A decade of honing skills
Yang, who graduated from Chinese Culture University's Fine Arts Department in 1979, decided in his first year of university that he wanted to be an artist.
Thinking back on his youth, Yang says he was simply "hyperactive." He always talked in class and couldn't concentrate. He was often beaten by the teachers. He changed junior high schools several times, and only graduated from the night school division after six years.
Afterward, he entered a vocational school's arts department because he thought it would be easy. He wouldn't have to sit in a classroom every day-he could go out and do sketches. He was older and more mature than the others in his class, so he seemed smarter. He often represented the school in art competitions, and regained his confidence.
After graduating from Chinese Culture University, Yang watched as most of his classmates and friends got jobs and tried to eke out some extra time for art. He didn't want this for himself.
"I suppose I'm an unorganized, ineffectual person. I'm not suited for most jobs, and I don't believe I'd still have time to develop creatively after work," he says. With the help of his wife, who was one of his classmates, he decided to minimize his five-person family's expenses and use the extra time to work on his art.
Before 1986, he had economic problems. When he was short on money, he'd borrow from relatives. Finally, he'd borrowed all he could borrow and was heavily in debt, so he had no choice but to go out and sell things on the street. He went to Hong Kong and bought handmade accessories and images of gods of wealth and Buddhas made in Nepal. He'd take them to Nanking East Road in downtown Taipei every morning before 11, and close up at one in the afternoon.
"At the time, the Taipei stock market would close at 12 a.m., and there would be a lot of people out at noontime. People buying Buddha images often think of themselves as 'providing' for them and don't haggle over the price, so the profit margin was high. In three years, I made NT$3 million," says Yang. Selling on the street wasn't difficult-however, being over 30 and having to run from the police was an indignity. Also, the basic requirement for artistic creation is free time. "You need so much time that you can waste it on a whim," he says, so you can think about this and that or just stare into space. Now he was spending time ordering and setting out merchandise, the opposite of what he wanted to be doing. He decided to go home and dedicate himself to painting.
In the 1990s, the contemporary art market was not flourishing in Taiwan and there were few outlets for younger artists to exhibit in. Yang spent all his time working. He painted two or three hundred large-scale pieces.

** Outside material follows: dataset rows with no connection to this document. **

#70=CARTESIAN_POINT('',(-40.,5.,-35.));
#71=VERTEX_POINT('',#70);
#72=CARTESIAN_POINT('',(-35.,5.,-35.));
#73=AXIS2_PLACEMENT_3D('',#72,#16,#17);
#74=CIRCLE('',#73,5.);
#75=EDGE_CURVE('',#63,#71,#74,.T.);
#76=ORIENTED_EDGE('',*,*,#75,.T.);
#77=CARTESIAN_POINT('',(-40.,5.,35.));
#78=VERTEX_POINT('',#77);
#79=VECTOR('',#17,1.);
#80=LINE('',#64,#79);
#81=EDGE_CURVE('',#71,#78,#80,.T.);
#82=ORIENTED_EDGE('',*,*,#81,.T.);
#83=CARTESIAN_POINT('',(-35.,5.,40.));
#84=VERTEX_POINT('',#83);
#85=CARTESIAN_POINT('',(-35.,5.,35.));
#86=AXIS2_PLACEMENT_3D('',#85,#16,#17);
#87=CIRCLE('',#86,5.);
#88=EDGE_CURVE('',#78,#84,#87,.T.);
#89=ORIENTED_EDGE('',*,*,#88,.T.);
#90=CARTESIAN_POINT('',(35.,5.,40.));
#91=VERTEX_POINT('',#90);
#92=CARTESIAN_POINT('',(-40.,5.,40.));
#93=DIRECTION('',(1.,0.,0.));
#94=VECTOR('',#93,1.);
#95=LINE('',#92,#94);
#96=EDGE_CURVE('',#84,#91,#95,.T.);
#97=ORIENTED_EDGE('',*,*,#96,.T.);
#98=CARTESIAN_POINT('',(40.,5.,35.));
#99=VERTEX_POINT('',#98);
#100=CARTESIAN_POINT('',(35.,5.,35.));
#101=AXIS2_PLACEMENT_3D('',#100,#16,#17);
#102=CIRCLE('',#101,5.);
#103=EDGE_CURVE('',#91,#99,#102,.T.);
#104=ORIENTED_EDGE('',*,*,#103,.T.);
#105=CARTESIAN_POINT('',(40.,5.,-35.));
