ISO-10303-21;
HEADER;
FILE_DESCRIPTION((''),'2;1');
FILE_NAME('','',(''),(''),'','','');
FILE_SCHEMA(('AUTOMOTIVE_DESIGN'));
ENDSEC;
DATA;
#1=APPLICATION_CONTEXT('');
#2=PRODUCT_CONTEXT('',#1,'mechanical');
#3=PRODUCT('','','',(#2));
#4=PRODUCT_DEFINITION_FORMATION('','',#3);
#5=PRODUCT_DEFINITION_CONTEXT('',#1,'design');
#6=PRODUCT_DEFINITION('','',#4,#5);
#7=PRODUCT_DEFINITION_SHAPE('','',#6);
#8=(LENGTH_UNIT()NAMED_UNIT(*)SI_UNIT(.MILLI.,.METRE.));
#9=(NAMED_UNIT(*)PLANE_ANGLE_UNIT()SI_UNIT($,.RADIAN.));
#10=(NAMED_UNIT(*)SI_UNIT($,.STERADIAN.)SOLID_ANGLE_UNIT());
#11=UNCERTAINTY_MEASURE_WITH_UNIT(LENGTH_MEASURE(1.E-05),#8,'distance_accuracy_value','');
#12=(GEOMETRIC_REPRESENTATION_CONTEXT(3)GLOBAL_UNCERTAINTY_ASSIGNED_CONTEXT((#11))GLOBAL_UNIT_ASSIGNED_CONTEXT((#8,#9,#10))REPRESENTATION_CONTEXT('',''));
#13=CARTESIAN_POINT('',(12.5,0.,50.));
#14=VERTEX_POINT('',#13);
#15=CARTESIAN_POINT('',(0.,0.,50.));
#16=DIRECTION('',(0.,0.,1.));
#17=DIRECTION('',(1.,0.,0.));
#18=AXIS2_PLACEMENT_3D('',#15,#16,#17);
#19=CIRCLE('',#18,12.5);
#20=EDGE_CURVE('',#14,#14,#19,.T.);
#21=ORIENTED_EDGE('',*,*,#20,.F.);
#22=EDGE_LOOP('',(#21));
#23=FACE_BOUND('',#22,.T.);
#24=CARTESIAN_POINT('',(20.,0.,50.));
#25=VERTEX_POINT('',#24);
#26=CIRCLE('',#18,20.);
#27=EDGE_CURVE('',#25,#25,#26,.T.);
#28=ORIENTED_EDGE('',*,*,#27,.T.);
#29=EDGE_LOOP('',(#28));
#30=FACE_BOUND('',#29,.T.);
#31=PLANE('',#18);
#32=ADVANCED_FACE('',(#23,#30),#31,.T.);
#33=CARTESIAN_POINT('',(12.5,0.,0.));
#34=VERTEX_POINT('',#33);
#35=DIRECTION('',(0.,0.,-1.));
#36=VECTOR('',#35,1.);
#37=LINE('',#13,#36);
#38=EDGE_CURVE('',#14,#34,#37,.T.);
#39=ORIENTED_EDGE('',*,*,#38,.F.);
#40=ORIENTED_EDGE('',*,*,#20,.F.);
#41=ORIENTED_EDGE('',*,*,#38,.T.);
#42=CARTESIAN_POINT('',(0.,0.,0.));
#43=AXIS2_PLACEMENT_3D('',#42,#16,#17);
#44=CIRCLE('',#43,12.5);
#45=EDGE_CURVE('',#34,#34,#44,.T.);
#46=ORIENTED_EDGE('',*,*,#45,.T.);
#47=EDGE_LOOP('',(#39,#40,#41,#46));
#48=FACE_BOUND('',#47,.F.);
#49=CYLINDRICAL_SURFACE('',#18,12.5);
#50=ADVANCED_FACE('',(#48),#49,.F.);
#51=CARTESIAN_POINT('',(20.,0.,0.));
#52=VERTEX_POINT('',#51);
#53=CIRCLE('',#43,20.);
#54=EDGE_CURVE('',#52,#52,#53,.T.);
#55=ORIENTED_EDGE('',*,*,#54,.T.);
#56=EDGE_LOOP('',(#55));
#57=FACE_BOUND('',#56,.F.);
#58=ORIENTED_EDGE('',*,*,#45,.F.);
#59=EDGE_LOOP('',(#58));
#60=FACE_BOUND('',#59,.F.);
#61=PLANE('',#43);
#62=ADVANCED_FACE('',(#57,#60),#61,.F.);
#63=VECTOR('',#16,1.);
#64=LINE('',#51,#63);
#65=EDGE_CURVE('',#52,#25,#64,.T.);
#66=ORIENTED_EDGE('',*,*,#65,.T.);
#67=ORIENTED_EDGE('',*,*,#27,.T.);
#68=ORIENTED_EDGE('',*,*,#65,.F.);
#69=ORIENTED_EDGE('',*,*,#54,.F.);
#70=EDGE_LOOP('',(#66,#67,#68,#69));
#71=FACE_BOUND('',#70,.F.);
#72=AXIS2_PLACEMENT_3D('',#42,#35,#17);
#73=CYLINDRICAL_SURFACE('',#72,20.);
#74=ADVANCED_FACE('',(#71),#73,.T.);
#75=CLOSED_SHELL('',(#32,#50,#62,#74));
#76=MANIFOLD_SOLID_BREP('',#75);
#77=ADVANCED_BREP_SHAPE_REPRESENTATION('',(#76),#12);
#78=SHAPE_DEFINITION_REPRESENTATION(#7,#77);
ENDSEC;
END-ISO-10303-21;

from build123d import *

# Parameters (mm, degrees)
SKETCH_R     = 20
PAD_DEPTH    = 50
SKETCH001_R  = 12.5
POCKET_DEPTH = 50.001


with BuildPart() as part:
    # Sketch → Pad (new body)
    with BuildSketch(Plane.XY):
        Circle(SKETCH_R)
    extrude(amount=PAD_DEPTH)

    # Sketch001 (on Face3 of Pad) → Pocket (cut, through all)
    with BuildSketch(Plane.XY.offset(50)):
        Circle(SKETCH001_R)
    extrude(amount=-POCKET_DEPTH, mode=Mode.SUBTRACT)


solid = part.part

Yang is not an antisocial artist. To give like-minded individuals a place to meet, in 1982 he invited fellow Chinese Culture University fine arts graduates, including Wu Tien-chang, Lu Hsien-ming, and Lu Yi-chung, to form the 101 Modern Art Group. When there got to be too many members (there were 30) and the quality of their work was uneven, he helped establish the Taipei Modern Painting Group in 1984.
They advocated art that reflected the times, and they were young and daring. Their works made brave points on politics, history, and ethnicity. Their air and their mission was of the engaged intellectual. These young artists rode society's raging tides to become today's leading contemporary Taiwanese artists.
"It was tough in those days. It took two or three years on average to scrape together enough to put on an exhibition. Work didn't get enough exposure and nobody knew who you were," he says. The groups were nothing more than a way of getting more chances to exhibit and sharing costs.
In 1991, Yang took a prize in the first Hsiung-Shih Art Creation Awards and finally won public recognition. In 1995, he signed a representation deal with the Lin and Keng Gallery and he's had a solo or group exhibition almost every year since. He finally had the chance to show the fruits of his long, lonely labor, and when he went out and met people he felt he had an identity to be proud of-artist.
Yang's latest stainless steel sculpture, Snow White and the Seven Dwarfs, weighs 300 kilograms.